Ne pas prendre des 16x minimum, qui peuvent créer des problèmes de compatibilité, mais plutôt des 2x ou 4x minimum, au moins c'est (pratiquement) sûr qu'il n'y aura pas de problème !


----------



## voyou (14 Juillet 2004)

Merci pour l'info.


----------



## godzilla (15 Juillet 2004)

me revoila!je viens d'acheter des nouveau CD-RW qui m'ont couté la peau du cul (16,95 chfr -> 11.3¤) et voila.j'insère mon cd,il me demande ce qu'il faut faire.je mets tout bêtement "utiliser dans le Finder" et ensuite,le recrache en disant qu'il y a une erreur (-43)...je deviens gentiment fou donc!!!et je sais pas que faire...une clean install peut etre.mais je sais pas si ca servirais.....moi je dis,autant m'acheter un nouvel ordinateur un peu mieux que cette fin de serie que liquidais le magasin juste avant la sortie du Imac G4...
gnaaaaa


----------



## alumni (16 Juillet 2004)

salut
les erreurs -43 sont dues (je crois) à des fichiers corrompus, ou des fichiers avec de mauvaises autorisations, ou des fichiers qui ne sont pas à la bonne place.
tu peux tenter une réparation des autorisations.

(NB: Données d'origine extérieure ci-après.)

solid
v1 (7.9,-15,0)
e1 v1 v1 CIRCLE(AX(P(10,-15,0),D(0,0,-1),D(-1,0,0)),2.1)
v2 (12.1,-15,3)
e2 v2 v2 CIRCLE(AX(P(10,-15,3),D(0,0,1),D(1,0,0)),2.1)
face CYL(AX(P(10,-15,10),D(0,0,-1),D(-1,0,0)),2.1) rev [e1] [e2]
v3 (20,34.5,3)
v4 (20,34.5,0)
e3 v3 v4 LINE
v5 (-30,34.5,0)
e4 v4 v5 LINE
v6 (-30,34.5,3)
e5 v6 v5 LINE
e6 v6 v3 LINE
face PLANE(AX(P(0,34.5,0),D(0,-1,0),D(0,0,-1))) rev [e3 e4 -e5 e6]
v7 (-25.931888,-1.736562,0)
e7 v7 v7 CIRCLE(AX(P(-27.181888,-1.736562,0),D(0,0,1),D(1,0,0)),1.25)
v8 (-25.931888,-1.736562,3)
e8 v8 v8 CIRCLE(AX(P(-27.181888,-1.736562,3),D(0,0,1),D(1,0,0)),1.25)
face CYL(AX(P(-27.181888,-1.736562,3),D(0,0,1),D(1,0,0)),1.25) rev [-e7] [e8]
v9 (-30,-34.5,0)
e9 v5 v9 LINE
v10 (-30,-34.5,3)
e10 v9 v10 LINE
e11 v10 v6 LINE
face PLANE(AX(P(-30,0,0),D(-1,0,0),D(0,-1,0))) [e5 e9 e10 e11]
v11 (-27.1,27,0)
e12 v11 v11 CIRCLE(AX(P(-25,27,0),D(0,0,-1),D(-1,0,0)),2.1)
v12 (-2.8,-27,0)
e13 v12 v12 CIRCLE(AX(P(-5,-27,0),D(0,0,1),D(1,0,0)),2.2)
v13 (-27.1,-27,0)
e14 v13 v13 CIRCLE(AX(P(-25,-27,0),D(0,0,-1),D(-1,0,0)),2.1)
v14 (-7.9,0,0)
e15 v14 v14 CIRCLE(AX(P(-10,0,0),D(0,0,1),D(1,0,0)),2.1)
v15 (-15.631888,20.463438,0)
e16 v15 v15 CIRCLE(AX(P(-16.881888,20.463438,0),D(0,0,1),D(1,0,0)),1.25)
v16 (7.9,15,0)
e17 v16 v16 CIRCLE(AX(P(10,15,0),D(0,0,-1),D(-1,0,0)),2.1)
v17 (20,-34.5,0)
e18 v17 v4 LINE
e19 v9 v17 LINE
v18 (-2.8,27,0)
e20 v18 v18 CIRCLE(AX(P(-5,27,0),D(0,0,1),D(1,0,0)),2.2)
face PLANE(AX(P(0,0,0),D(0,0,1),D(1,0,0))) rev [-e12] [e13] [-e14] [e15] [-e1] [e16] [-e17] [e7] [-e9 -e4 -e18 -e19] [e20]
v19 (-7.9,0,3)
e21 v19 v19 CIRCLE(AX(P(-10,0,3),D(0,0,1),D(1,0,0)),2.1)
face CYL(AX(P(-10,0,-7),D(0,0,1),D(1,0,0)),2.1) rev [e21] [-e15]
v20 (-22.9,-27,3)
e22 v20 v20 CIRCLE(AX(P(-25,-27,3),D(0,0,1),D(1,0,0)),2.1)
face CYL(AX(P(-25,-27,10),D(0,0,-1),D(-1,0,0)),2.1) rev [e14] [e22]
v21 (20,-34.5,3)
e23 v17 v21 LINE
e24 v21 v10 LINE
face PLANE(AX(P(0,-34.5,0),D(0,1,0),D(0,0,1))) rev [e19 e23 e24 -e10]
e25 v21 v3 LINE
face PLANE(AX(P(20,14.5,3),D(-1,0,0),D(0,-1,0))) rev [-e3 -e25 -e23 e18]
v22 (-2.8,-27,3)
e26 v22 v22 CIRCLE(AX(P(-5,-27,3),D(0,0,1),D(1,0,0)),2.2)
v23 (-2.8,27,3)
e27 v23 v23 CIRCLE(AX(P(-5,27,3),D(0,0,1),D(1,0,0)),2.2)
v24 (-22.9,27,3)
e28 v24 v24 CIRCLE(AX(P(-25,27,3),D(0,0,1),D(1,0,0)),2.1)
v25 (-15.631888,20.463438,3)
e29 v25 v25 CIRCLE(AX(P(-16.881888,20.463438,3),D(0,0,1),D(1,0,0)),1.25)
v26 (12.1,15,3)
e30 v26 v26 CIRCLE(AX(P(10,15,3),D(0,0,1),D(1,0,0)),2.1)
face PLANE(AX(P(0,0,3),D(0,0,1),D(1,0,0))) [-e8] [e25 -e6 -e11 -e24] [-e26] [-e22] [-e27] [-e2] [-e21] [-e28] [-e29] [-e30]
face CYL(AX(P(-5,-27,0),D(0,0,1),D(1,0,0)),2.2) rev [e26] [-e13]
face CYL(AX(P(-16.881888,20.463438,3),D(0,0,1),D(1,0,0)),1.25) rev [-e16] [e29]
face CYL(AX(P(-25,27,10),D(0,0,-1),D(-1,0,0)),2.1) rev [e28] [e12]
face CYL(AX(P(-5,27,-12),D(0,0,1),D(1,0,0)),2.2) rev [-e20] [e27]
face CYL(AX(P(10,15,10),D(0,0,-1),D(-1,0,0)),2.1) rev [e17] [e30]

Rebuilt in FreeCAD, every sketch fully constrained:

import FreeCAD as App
import Part
import Sketcher
from FreeCAD import Vector
Q = App.Units.Quantity

doc = App.newDocument("Part")
params = doc.addObject("Spreadsheet::Sheet", "Params")
for row, (alias, value) in enumerate([
    ("sketch1_width", "40 mm"),
    ("sketch1_height", "29 mm"),
    ("pad1_length", "3 mm"),
    ("sketch2_width", "40 mm"),
    ("sketch2_height", "3 mm"),
    ("pad2_length", "3 mm"),
    ("sketch3_width", "40 mm"),
    ("sketch3_height", "3 mm"),
    ("pad3_length", "3 mm"),
    ("sketch4_width", "40 mm"),
    ("sketch4_height", "3 mm"),
    ("pad4_length", "7 mm"),
    ("sketch5_width", "40 mm"),
    ("sketch5_height", "3 mm"),
    ("pad5_length", "7 mm"),
    ("sketch6_width", "40 mm"),
    ("sketch6_height", "3 mm"),
    ("pad6_length", "10 mm"),
    ("sketch7_width", "40 mm"),
    ("sketch7_height", "3 mm"),
    ("pad7_length", "10 mm"),
    ("sketch8_diameter", "4.4 mm"),
    ("pocket1_length", "15 mm"),
    ("sketch9_diameter", "4.4 mm"),
    ("sketch10_width", "69 mm"),
    ("sketch10_height", "3 mm"),
    ("pad8_length", "30 mm"),
    ("sketch11_diameter", "4.2 mm"),
    ("pocket3_length", "10 mm"),
    ("sketch12_diameter", "4.2 mm"),
    ("pocket4_length", "10 mm"),
    ("sketch13_width", "69 mm"),
    ("sketch13_height", "3 mm"),
    ("pocket5_length", "20 mm"),
    ("sketch14_diameter", "2.5 mm"),
    ("hole_diameter", "2.5 mm"),
    ("hole_depth", "8.5 mm"),
    ("sketch15_diameter", "4.2 mm"),
    ("pocket6_length", "10 mm"),
], start=1):
    params.set(f"A{row}", alias)
    params.set(f"B{row}", "=" + value)
    params.setAlias(f"B{row}", alias)

body = doc.addObject("PartDesign::Body", "Body")

# Sketch on XY plane
sketch1 = body.newObject("Sketcher::SketchObject", "Sketch")
sketch1.AttachmentSupport = (doc.getObject("XY_Plane"), [""])
sketch1.MapMode = "FlatFace"
sketch1.addGeometry(Part.LineSegment(Vector(-20, 14.5, 0), Vector(-20, -14.5, 0)), False)
sketch1.addGeometry(Part.LineSegment(Vector(-20, -14.5, 0), Vector(20, -14.5, 0)), False)
sketch1.addGeometry(Part.LineSegment(Vector(20, -14.5, 0), Vector(20, 14.5, 0)), False)
sketch1.addGeometry(Part.LineSegment(Vector(20, 14.5, 0), Vector(-20, 14.5, 0)), False)
sketch1.addConstraint(Sketcher.Constraint("Coincident", 0, 2, 1, 1))
sketch1.addConstraint(Sketcher.Constraint("Coincident", 1, 2, 2, 1))
sketch1.addConstraint(Sketcher.Constraint("Coincident", 2, 2, 3, 1))
sketch1.addConstraint(Sketcher.Constraint("Coincident", 3, 2, 0, 1))
sketch1.addConstraint(Sketcher.Constraint("Vertical", 0))
sketch1.addConstraint(Sketcher.Constraint("Horizontal", 1))
sketch1.addConstraint(Sketcher.Constraint("Vertical", 2))
sketch1.addConstraint(Sketcher.Constraint("Horizontal", 3))
sketch1.addConstraint(Sketcher.Constraint("Symmetric", 0, 2, 2, 2, -1, 1))
sketch1.addConstraint(Sketcher.Constraint("DistanceX", 1, 1, 1, 2, Q("40 mm")))
sketch1.addConstraint(Sketcher.Constraint("DistanceY", 0, 2, 0, 1, Q("29 mm")))
sketch1.setExpression("Constraints[9]", "Params.sketch1_width")
sketch1.setExpression("Constraints[10]", "Params.sketch1_height")
pad1 = body.newObject("PartDesign::Pad", "Pad")
pad1.Profile = sketch1
pad1.setExpression("Length", "Params.pad1_length")

# Sketch on XZ plane
sketch2 = body.newObject("Sketcher::SketchObject", "Sketch001")
sketch2.AttachmentSupport = (doc.getObject("XZ_Plane"), [""])
sketch2.MapMode = "FlatFace"
sketch2.AttachmentOffset = App.Placement(Vector(0, 0, 14.5), App.Rotation())
sketch2.addGeometry(Part.LineSegment(Vector(20, 0, 0), Vector(20, 3, 0)), False)
sketch2.addGeometry(Part.LineSegment(Vector(20, 3, 0), Vector(-20, 3, 0)), False)
sketch2.addGeometry(Part.LineSegment(Vector(-20, 3, 0), Vector(-20, 0, 0)), False)
sketch2.addGeometry(Part.LineSegment(Vector(-20, 0, 0), Vector(20, 0, 0)), False)
sketch2.addConstraint(Sketcher.Constraint("Coincident", 0, 2, 1, 1))
sketch2.addConstraint(Sketcher.Constraint("Coincident", 1, 2, 2, 1))
sketch2.addConstraint(Sketcher.Constraint("Coincident", 2, 2, 3, 1))
sketch2.addConstraint(Sketcher.Constraint("Coincident", 3, 2, 0, 1))
sketch2.addConstraint(Sketcher.Constraint("Vertical", 0))
sketch2.addConstraint(Sketcher.Constraint("Horizontal", 1))
sketch2.addConstraint(Sketcher.Constraint("Vertical", 2))
sketch2.addConstraint(Sketcher.Constraint("Horizontal", 3))
sketch2.addConstraint(Sketcher.Constraint("Symmetric", 2, 2, 3, 2, -1, 1))
sketch2.addConstraint(Sketcher.Constraint("DistanceX", 1, 2, 1, 1, Q("40 mm")))
sketch2.addConstraint(Sketcher.Constraint("DistanceY", 0, 1, 0, 2, Q("3 mm")))
sketch2.setExpression("Constraints[9]", "Params.sketch2_width")
sketch2.setExpression("Constraints[10]", "Params.sketch2_height")
pad2 = body.newObject("PartDesign::Pad", "Pad001")
pad2.Profile = sketch2
pad2.setExpression("Length", "Params.pad2_length")

# Sketch on XZ plane
sketch3 = body.newObject("Sketcher::SketchObject", "Sketch002")
sketch3.AttachmentSupport = (doc.getObject("XZ_Plane"), [""])
sketch3.MapMode = "FlatFace"
sketch3.AttachmentOffset = App.Placement(Vector(0, 0, -14.5), App.Rotation())
sketch3.addGeometry(Part.LineSegment(Vector(-20, 0, 0), Vector(-20, 3, 0)), False)
sketch3.addGeometry(Part.LineSegment(Vector(-20, 3, 0), Vector(20, 3, 0)), False)
sketch3.addGeometry(Part.LineSegment(Vector(20, 3, 0), Vector(20, 0, 0)), False)
sketch3.addGeometry(Part.LineSegment(Vector(20, 0, 0), Vector(-20, 0, 0)), False)
sketch3.addConstraint(Sketcher.Constraint("Coincident", 0, 2, 1, 1))
sketch3.addConstraint(Sketcher.Constraint("Coincident", 1, 2, 2, 1))
sketch3.addConstraint(Sketcher.Constraint("Coincident", 2, 2, 3, 1))
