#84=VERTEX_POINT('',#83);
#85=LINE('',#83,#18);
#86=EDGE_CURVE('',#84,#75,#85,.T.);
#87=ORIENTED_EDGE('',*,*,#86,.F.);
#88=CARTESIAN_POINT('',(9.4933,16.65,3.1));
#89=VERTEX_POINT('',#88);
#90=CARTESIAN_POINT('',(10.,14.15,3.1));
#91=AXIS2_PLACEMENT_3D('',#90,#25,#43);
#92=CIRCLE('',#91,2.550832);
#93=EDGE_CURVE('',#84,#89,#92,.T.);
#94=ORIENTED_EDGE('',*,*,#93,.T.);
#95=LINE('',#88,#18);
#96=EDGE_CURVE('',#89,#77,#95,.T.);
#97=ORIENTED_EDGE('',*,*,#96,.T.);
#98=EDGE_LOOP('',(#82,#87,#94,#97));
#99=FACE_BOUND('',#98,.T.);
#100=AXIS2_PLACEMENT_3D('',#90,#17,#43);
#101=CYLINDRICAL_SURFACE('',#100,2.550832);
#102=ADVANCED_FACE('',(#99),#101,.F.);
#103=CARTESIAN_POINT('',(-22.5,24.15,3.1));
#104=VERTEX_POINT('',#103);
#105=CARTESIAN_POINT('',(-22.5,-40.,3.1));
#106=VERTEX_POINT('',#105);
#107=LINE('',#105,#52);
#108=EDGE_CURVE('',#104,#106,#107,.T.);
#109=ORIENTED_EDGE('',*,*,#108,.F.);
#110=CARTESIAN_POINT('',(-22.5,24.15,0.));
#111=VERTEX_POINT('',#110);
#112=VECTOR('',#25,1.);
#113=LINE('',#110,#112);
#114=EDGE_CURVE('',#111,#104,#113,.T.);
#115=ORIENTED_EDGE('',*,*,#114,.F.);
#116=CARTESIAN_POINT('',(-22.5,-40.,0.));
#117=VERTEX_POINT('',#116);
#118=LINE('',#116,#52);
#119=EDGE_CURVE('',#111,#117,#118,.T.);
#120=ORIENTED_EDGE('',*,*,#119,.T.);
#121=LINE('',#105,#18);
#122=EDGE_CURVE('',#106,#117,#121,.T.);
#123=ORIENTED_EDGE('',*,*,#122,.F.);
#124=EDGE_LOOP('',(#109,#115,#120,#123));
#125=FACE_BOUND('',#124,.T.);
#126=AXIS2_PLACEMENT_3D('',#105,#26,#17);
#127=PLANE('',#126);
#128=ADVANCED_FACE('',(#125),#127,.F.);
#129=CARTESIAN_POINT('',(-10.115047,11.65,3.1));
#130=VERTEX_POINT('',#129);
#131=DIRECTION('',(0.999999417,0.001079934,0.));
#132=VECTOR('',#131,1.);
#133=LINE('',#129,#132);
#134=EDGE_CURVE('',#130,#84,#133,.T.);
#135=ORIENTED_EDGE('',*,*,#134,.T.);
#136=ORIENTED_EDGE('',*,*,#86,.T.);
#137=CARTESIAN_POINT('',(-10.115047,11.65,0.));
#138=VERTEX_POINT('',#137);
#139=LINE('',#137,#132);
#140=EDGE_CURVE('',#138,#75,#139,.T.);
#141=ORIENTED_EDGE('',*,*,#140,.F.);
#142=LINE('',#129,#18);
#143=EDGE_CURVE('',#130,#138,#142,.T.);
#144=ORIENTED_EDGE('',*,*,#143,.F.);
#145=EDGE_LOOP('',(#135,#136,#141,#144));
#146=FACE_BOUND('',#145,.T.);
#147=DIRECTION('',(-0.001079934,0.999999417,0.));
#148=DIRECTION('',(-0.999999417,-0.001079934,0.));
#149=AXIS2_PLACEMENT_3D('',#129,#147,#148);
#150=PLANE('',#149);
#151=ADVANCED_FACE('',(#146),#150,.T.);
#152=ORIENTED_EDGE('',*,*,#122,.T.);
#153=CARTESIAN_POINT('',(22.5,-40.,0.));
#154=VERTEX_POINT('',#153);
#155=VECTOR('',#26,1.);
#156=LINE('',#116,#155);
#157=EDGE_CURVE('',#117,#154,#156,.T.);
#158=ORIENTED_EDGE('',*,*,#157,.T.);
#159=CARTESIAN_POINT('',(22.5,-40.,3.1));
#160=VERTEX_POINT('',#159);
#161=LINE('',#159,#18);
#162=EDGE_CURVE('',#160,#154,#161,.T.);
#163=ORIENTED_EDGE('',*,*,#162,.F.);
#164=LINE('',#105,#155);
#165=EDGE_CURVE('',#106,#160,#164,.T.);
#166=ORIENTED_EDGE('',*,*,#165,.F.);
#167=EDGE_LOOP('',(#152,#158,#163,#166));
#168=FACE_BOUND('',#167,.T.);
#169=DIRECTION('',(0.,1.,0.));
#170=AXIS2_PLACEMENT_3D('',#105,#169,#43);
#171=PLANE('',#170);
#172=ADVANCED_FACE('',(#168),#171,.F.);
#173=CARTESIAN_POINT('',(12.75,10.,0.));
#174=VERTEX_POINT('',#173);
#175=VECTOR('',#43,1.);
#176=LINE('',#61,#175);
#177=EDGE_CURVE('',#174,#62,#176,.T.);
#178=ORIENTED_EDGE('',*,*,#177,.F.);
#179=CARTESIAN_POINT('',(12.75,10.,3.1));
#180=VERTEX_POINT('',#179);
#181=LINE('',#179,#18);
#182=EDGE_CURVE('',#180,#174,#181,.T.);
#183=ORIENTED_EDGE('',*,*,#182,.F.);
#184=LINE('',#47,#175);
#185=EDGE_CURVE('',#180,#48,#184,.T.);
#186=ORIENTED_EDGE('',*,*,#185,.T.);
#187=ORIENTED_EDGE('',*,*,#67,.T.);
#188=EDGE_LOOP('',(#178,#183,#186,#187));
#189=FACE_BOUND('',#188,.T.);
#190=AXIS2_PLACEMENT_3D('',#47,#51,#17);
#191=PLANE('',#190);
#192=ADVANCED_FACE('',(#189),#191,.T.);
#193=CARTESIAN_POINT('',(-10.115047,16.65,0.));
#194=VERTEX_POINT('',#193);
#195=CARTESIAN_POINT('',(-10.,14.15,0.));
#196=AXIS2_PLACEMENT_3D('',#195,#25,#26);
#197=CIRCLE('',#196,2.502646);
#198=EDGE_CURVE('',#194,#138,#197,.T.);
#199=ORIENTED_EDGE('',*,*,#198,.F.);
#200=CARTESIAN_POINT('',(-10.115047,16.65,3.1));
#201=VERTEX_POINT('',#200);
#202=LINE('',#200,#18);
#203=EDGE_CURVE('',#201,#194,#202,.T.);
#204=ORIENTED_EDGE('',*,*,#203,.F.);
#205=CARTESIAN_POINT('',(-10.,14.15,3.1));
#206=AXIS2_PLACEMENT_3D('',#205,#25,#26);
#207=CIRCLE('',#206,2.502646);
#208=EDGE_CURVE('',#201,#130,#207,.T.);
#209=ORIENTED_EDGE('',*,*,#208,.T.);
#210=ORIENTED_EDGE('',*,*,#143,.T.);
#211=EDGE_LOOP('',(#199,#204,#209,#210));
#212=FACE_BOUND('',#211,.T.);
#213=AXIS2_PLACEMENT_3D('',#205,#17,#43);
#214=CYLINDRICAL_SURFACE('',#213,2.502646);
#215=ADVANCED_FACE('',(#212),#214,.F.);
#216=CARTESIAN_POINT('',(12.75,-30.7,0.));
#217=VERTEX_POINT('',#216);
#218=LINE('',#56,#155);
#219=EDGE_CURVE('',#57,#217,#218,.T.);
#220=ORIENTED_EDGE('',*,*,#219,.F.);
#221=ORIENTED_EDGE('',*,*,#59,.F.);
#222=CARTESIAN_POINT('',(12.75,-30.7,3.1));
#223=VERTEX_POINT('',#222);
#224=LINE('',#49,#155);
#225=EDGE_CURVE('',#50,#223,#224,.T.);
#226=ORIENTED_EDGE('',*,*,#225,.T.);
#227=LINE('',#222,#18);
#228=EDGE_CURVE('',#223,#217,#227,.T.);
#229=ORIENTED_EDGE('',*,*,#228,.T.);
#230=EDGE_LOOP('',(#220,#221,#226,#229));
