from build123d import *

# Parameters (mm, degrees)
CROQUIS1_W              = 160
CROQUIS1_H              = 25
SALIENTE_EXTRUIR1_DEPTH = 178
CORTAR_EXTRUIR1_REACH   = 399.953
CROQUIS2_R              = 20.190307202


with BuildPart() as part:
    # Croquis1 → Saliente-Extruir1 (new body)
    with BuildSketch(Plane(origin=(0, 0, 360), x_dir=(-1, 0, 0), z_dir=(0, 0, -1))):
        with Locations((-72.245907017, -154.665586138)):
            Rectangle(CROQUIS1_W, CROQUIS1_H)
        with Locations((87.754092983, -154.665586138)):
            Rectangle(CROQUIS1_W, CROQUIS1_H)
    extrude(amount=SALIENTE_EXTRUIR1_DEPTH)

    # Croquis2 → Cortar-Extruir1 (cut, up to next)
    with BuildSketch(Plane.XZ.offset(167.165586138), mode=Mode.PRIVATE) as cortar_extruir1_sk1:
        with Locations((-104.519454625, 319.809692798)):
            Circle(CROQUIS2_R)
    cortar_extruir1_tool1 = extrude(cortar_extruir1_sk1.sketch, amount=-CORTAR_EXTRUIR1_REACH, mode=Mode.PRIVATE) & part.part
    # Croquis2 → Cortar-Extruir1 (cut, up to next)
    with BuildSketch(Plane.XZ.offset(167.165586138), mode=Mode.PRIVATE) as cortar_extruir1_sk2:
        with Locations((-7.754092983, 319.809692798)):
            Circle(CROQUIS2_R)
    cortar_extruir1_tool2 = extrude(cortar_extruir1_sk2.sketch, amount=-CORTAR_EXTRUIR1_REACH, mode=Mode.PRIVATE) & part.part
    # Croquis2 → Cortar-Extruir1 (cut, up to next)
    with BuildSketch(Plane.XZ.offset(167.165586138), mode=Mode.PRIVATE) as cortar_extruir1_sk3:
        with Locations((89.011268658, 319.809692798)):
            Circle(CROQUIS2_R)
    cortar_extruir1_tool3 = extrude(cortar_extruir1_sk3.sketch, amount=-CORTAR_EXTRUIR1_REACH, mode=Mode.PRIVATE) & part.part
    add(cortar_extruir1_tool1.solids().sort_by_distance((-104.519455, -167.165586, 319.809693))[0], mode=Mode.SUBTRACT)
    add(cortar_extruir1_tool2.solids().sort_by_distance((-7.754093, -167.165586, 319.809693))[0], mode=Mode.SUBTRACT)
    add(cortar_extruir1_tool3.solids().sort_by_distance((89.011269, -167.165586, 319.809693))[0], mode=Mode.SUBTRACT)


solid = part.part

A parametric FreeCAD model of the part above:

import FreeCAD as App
import Part
import Sketcher
from FreeCAD import Vector
Q = App.Units.Quantity

doc = App.newDocument("Part")
params = doc.addObject("Spreadsheet::Sheet", "Params")
for row, (alias, value) in enumerate([
    ("sketch1_width", "320 mm"),
    ("sketch1_height", "25 mm"),
    ("pad1_length", "178 mm"),
], start=1):
    params.set(f"A{row}", alias)
    params.set(f"B{row}", "=" + value)
    params.setAlias(f"B{row}", alias)

body = doc.addObject("PartDesign::Body", "Body")

sketch1 = body.newObject("Sketcher::SketchObject", "Sketch")
sketch1.AttachmentSupport = (doc.getObject("XY_Plane"), [""])
sketch1.MapMode = "FlatFace"
sketch1.AttachmentOffset = App.Placement(Vector(0, 0, 360), App.Rotation())
sketch1.addGeometry([
    Part.LineSegment(Vector(152.245907, -142.165586, 0), Vector(152.245907, -167.165586, 0)),
    Part.LineSegment(Vector(152.245907, -167.165586, 0), Vector(-167.754093, -167.165586, 0)),
    Part.LineSegment(Vector(-167.754093, -167.165586, 0), Vector(-167.754093, -142.165586, 0)),
    Part.LineSegment(Vector(-167.754093, -142.165586, 0), Vector(152.245907, -142.165586, 0)),
], False)
sketch1.addConstraint([
    Sketcher.Constraint("Coincident", 0, 2, 1, 1),
    Sketcher.Constraint("Coincident", 1, 2, 2, 1),
    Sketcher.Constraint("Coincident", 2, 2, 3, 1),
    Sketcher.Constraint("Coincident", 3, 2, 0, 1),
    Sketcher.Constraint("Vertical", 0),
    Sketcher.Constraint("Horizontal", 1),
    Sketcher.Constraint("Vertical", 2),
    Sketcher.Constraint("Horizontal", 3),
    Sketcher.Constraint("DistanceX", 1, 2, 1, 1, Q("320 mm")),
    Sketcher.Constraint("DistanceY", 0, 2, 0, 1, Q("25 mm")),
    Sketcher.Constraint("DistanceX", -1, 1, 0, 2, Q("152.245907 mm")),
    Sketcher.Constraint("DistanceY", 0, 2, -1, 1, Q("167.165586 mm")),
])
sketch1.setExpression("Constraints[8]", "Params.sketch1_width")
sketch1.setExpression("Constraints[9]", "Params.sketch1_height")
pad1 = body.newObject("PartDesign::Pad", "Pad")
pad1.Profile = sketch1
pad1.setExpression("Length", "Params.pad1_length")
pad1.Reversed = True

sketch2 = body.newObject("Sketcher::SketchObject", "Sketch001")
sketch2.AttachmentSupport = (doc.getObject("XZ_Plane"), [""])
sketch2.MapMode = "FlatFace"
sketch2.AttachmentOffset = App.Placement(Vector(0, 0, 167.165586), App.Rotation())
sketch2.addGeometry(Part.Circle(Vector(-104.519455, 319.809693, 0), Vector(0, 0, 1), 20.190307), False)
sketch2.addConstraint([
    Sketcher.Constraint("Diameter", 0, Q("40.380614 mm")),
    Sketcher.Constraint("DistanceX", 0, 3, -1, 1, Q("104.519455 mm")),
    Sketcher.Constraint("DistanceY", -1, 1, 0, 3, Q("319.809693 mm")),
])
pocket1 = body.newObject("PartDesign::Pocket", "Pocket")
pocket1.Profile = sketch2
pocket1.Type = "UpToFirst"

sketch3 = body.newObject("Sketcher::SketchObject", "Sketch002")
sketch3.AttachmentSupport = (doc.getObject("XZ_Plane"), [""])
sketch3.MapMode = "FlatFace"
sketch3.AttachmentOffset = App.Placement(Vector(0, 0, 167.165586), App.Rotation())
sketch3.addGeometry(Part.Circle(Vector(-7.754093, 319.809693, 0), Vector(0, 0, 1), 20.190307), False)
sketch3.addConstraint([
    Sketcher.Constraint("Diameter", 0, Q("40.380614 mm")),
    Sketcher.Constraint("DistanceX", 0, 3, -1, 1, Q("7.754093 mm")),
    Sketcher.Constraint("DistanceY", -1, 1, 0, 3, Q("319.809693 mm")),
])
pocket2 = body.newObject("PartDesign::Pocket", "Pocket001")
pocket2.Profile = sketch3
pocket2.Type = "UpToFirst"

sketch4 = body.newObject("Sketcher::SketchObject", "Sketch003")
sketch4.AttachmentSupport = (doc.getObject("XZ_Plane"), [""])
sketch4.MapMode = "FlatFace"
sketch4.AttachmentOffset = App.Placement(Vector(0, 0, 167.165586), App.Rotation())
sketch4.addGeometry(Part.Circle(Vector(89.011269, 319.809693, 0), Vector(0, 0, 1), 20.190307), False)
sketch4.addConstraint([
    Sketcher.Constraint("Diameter", 0, Q("40.380614 mm")),
    Sketcher.Constraint("DistanceX", -1, 1, 0, 3, Q("89.011269 mm")),
    Sketcher.Constraint("DistanceY", -1, 1, 0, 3, Q("319.809693 mm")),
])
pocket3 = body.newObject("PartDesign::Pocket", "Pocket002")
pocket3.Profile = sketch4
pocket3.Type = "UpToFirst"

doc.recompute()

ou peut-être que tu n'avais pas assez d'espace libre pour monter le cd sur le finder ? car là il faut au moins l'espace équivalent au cd sur ton disque dur.

sinon pour contourner le problème du finder, choisis plutôt ouvrir avec toast (ou autre application). ainsi le cd n'aura pas besoin du finder et ne te bloquera pas d'espace sur ton disque.


----------



## bbarth (29 Juillet 2004)

Mon graveur Pionneer DVD-RW DVR-104 ne peut pas graver de CD 99 min (il n'en voit que 80 avec toast 5 ou 6). Est-ce un problème matériel ou logiciel?
Merci


----------



## Kounkountchek (14 Août 2004)

Bonjour à tous,

J'ai acheté hier un lot de CD-R Memorex 700 MB 48X slim case "Colour" à la Fnac, j'en ai gravé 2 avec des données ne depassant pas 600 Mo... pas de problème...
Puis j'ai voulu en graver un avec un .avi de 666 Mo... et là on m'annonce qu'il n'y pas assez de place sur le disque ! Je verifie par le finder, effectivement 660,7 Mo dispo sur le disque, j'ai verifié pour tout le lot, et c'est pareil !  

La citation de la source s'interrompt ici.